Sexual harassment can happen to anyone and everyone, whenever and wherever. More often than not, sexual harassment occurs at a workplace. By reason of this, an employer has the duty to prevent or deter the commission of acts of sexual harassment in the workplace. Otherwise, an employer may be held solidarily liable for damages arising thereto.
Under Section 3 of the Anti-Sexual Harassment Act of 1995, or RA 7877, sexual harassment is committed by an employer, employee, or any other person who, having authority, influence, or moral ascendancy over another in a work environment, demands, requests or otherwise requires any sexual favor from the other, regardless of whether it is accepted.
Accordingly, an employer has the duty to prevent or deter the commission of acts of sexual harassment. In doing so, an employer must, nay, shall (a) provide procedures for the resolution, settlement, or prosecution of said acts and (b) create a committee on decorum and investigation of sexual harassment cases. The committee shall be comprised of at least one (1) representative each from the management, union, if any, employees from the supervisory rank, and the rank-and-file employees.
Failure of the employer to comply with the foregoing or to act with promptness and sensitivity on the report of sexual harassment makes an employer solidarily liable for damages arising from acts of sexual harassment committed in the employment.

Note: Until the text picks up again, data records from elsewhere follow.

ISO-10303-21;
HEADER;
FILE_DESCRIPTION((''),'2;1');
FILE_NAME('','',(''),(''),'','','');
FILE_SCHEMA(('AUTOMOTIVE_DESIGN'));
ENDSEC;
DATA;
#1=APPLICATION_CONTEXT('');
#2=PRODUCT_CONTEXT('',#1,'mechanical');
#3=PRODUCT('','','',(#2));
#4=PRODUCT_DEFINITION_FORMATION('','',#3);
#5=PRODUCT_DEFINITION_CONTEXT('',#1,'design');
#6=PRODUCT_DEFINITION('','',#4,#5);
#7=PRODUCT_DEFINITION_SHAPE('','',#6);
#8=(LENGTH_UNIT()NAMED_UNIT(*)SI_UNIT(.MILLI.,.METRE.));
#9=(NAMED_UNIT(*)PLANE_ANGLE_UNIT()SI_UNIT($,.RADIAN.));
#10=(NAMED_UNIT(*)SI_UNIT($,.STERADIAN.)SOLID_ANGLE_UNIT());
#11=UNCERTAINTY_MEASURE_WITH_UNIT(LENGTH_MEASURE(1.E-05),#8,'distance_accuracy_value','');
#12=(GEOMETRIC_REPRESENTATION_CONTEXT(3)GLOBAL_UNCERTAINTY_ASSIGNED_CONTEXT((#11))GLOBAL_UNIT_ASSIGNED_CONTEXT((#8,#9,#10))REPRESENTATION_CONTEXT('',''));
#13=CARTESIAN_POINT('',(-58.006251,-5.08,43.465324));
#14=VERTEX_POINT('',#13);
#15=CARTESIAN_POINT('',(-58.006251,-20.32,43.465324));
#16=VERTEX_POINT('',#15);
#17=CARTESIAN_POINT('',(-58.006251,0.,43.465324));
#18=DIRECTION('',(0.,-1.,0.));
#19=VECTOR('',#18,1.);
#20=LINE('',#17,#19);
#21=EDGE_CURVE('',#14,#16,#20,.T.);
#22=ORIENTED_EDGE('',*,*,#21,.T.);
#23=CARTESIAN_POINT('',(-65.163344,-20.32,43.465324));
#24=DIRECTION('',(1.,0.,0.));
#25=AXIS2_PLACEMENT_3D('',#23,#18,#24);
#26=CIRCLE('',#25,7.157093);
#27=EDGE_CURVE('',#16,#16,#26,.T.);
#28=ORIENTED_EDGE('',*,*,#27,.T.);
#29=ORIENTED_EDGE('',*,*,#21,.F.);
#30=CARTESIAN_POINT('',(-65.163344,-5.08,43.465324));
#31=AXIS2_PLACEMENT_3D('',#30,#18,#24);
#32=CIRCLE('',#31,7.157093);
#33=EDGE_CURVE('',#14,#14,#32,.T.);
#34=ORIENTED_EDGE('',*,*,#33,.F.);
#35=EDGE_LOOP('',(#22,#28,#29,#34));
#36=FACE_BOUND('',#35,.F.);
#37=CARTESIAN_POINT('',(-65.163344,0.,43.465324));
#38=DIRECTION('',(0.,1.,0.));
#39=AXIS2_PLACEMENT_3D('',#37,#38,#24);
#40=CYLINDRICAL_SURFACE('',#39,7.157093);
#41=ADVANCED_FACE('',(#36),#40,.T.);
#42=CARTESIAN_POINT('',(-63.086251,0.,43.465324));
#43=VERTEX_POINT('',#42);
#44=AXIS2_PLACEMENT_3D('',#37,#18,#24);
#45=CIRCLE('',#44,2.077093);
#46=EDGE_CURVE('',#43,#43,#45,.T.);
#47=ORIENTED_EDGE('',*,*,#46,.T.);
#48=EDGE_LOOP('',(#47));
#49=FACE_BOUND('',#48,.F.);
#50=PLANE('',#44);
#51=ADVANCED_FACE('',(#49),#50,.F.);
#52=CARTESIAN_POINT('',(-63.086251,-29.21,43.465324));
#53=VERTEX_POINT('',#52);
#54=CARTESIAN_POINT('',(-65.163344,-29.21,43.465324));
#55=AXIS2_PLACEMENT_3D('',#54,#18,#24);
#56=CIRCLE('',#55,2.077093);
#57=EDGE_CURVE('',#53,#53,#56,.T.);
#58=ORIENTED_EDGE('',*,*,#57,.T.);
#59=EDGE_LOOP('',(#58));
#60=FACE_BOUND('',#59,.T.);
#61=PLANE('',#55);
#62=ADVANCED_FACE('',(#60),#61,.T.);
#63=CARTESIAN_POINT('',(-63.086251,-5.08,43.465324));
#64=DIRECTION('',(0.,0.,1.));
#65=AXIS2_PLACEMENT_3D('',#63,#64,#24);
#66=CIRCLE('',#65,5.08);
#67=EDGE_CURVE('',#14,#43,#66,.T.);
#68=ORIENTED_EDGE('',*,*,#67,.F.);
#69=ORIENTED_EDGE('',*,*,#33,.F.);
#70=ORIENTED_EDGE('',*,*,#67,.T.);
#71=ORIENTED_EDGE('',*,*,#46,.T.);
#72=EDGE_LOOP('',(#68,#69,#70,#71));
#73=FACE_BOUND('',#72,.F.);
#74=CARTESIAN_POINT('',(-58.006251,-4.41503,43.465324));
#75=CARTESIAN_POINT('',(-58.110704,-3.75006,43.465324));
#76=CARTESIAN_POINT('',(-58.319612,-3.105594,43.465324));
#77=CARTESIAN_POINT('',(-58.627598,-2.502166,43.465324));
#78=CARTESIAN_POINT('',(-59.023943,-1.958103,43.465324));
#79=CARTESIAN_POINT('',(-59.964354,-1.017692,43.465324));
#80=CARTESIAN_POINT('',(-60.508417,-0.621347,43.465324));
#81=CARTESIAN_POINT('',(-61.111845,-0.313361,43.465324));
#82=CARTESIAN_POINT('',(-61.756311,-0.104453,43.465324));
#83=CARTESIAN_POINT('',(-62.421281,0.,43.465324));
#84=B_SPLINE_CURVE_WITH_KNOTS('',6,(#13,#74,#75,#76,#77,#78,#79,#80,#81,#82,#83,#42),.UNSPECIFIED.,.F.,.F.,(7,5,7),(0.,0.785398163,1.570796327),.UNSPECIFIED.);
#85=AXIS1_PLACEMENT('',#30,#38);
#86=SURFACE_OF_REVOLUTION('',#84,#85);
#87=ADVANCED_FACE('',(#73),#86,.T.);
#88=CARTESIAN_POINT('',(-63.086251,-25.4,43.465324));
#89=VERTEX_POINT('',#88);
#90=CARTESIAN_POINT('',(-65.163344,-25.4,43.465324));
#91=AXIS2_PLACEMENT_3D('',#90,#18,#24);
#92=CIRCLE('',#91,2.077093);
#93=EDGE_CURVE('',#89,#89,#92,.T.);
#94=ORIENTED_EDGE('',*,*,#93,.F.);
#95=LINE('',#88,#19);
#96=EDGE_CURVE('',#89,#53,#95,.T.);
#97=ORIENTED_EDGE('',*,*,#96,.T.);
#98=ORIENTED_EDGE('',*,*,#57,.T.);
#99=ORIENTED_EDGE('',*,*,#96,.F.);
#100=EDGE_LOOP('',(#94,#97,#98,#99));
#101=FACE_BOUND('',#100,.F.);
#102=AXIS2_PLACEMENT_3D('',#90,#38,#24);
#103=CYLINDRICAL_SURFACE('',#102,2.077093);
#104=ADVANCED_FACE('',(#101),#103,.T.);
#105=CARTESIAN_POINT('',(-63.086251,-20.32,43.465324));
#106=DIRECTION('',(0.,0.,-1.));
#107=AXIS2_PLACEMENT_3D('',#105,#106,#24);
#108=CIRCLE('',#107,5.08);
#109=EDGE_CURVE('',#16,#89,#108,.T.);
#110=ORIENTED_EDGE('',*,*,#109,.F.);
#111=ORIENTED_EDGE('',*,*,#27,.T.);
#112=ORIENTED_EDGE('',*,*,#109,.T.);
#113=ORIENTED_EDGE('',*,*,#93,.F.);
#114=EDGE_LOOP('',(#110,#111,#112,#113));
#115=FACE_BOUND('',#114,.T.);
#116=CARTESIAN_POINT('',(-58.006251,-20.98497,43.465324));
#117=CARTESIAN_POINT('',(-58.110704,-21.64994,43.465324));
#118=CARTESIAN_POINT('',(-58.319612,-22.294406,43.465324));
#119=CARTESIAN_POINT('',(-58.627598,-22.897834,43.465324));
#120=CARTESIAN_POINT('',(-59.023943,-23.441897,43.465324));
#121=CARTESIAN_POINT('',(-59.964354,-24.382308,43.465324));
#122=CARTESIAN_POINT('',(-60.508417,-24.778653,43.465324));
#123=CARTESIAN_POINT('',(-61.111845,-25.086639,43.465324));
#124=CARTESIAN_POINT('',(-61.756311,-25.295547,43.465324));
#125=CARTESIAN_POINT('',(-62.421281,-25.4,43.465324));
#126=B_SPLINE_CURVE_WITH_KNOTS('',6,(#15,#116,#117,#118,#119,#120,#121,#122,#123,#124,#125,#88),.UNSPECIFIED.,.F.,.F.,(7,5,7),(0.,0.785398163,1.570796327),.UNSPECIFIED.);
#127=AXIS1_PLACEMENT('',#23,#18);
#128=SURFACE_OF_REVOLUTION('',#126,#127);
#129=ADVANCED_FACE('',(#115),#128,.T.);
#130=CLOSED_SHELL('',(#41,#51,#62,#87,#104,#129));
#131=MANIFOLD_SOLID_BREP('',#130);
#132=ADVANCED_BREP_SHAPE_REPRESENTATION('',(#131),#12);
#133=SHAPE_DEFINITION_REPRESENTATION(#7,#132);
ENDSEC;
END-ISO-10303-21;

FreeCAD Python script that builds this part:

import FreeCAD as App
import Part
import Sketcher
from FreeCAD import Vector
Q = App.Units.Quantity


def edges_at(feature, points):
    """Names of the edges that pass closest to the given points."""
    edges = feature.Shape.Edges
    near = lambda p: min(range(len(edges)), key=lambda i: edges[i].distToShape(Part.Vertex(*p))[0])
    return sorted({f"Edge{near(p) + 1}" for p in points})

doc = App.newDocument("Part")
body = doc.addObject("PartDesign::Body", "Body")

sketch1 = doc.addObject("Sketcher::SketchObject", "Sketch")
body.addObject(sketch1)
sketch1.AttachmentSupport = (doc.XZ_Plane, [""])
sketch1.MapMode = "FlatFace"
sketch1.addGeometry(Part.Circle(Vector(-65, 43, 0), Vector(0, 0, 1), 7), False)
sketch1.addConstraint([
    Sketcher.Constraint("Diameter", 0, Q("14.314186 mm")),
    Sketcher.Constraint("DistanceX", 0, 3, -1, 1, Q("65.163344 mm")),
    Sketcher.Constraint("DistanceY", -1, 1, 0, 3, Q("43.465324 mm")),
])
pad1 = doc.addObject("PartDesign::Pad", "Pad")
body.addObject(pad1)
pad1.Profile = sketch1
pad1.Length = Q("1 in")
doc.recompute()

fillet = doc.addObject("PartDesign::Fillet", "Fillet")
body.addObject(fillet)
fillet.Base = (pad1, edges_at(pad1, [(-72.32, -25.4, 43.465), (-72.32, 0, 43.465)]))
fillet.Radius = Q("0.2 in")

sketch2 = doc.addObject("Sketcher::SketchObject", "Sketch001")
body.addObject(sketch2)
sketch2.AttachmentSupport = (doc.XZ_Plane, [""])
sketch2.MapMode = "FlatFace"
sketch2.AttachmentOffset = App.Placement(Vector(0, 0, 1 * 25.4), App.Rotation())
sketch2.addGeometry(Part.Circle(Vector(-65.2, 43.5, 0), Vector(0, 0, 1), 2.1), False)
sketch2.addConstraint([
    Sketcher.Constraint("Diameter", 0, Q("4.154186 mm")),
    Sketcher.Constraint("DistanceX", 0, 3, -1, 1, Q("65.163344 mm")),
    Sketcher.Constraint("DistanceY", -1, 1, 0, 3, Q("43.465324 mm")),
])
pad2 = doc.addObject("PartDesign::Pad", "Pad001")
body.addObject(pad2)
pad2.Profile = sketch2
pad2.Length = Q("0.15 in")

doc.recompute()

To illustrate, in a decision penned by Associate Justice Jhosep Y. Lopez (G.R. No. 268399), the Supreme Court upheld the solidary liability of an employer for unpaid salary and payment of damages resulting from sexual harassment for its failure to prevent the commission of acts of sexual harassment as well as its failure to provide procedures for the resolution or prosecution of the acts complained of.
In this case, the complainant was employed by Xerox Business Services Philippines, Inc. (Xerox Business). While the complainant was inside a storage room, her team leader suddenly appeared and uttered sexual remarks and demands towards her. Later that day, the complainant’s team leader, once more, made sexual advances towards the complainant: he approached her, grabbed her waist, hugged her, groped her breasts, and tried to kiss her when she hurriedly moved away; he forced himself on the complainant.
The complainant claimed that she reported the incident and filed a formal complaint with their Human Resources Department. To her great dismay, her case was never heard, management did not give her any protective measures, and her team leader even continued to work in the same area and on the same shift as her. Worse, the complainant alleged that Xerox Business withheld three days of her salary when she detested going to work.
Clearly, despite having been informed of the sexual harassment acts committed by one of its employees, Xerox Business, as the employer, failed to act upon said report immediately. Thus, as clearly provided under RA 7877, Xerox Business is solidarily liable to its erring employee for payment of moral damages in the amount of P100,000 and exemplary damages in the amount of P50,000 arising from the acts of sexual harassment.
Stated differently, Xerox Business’ mistake of failing to prevent the commission of acts of sexual harassment, as well as its failure to provide procedures for the resolution or prosecution of the acts complained of, should not be duplicated.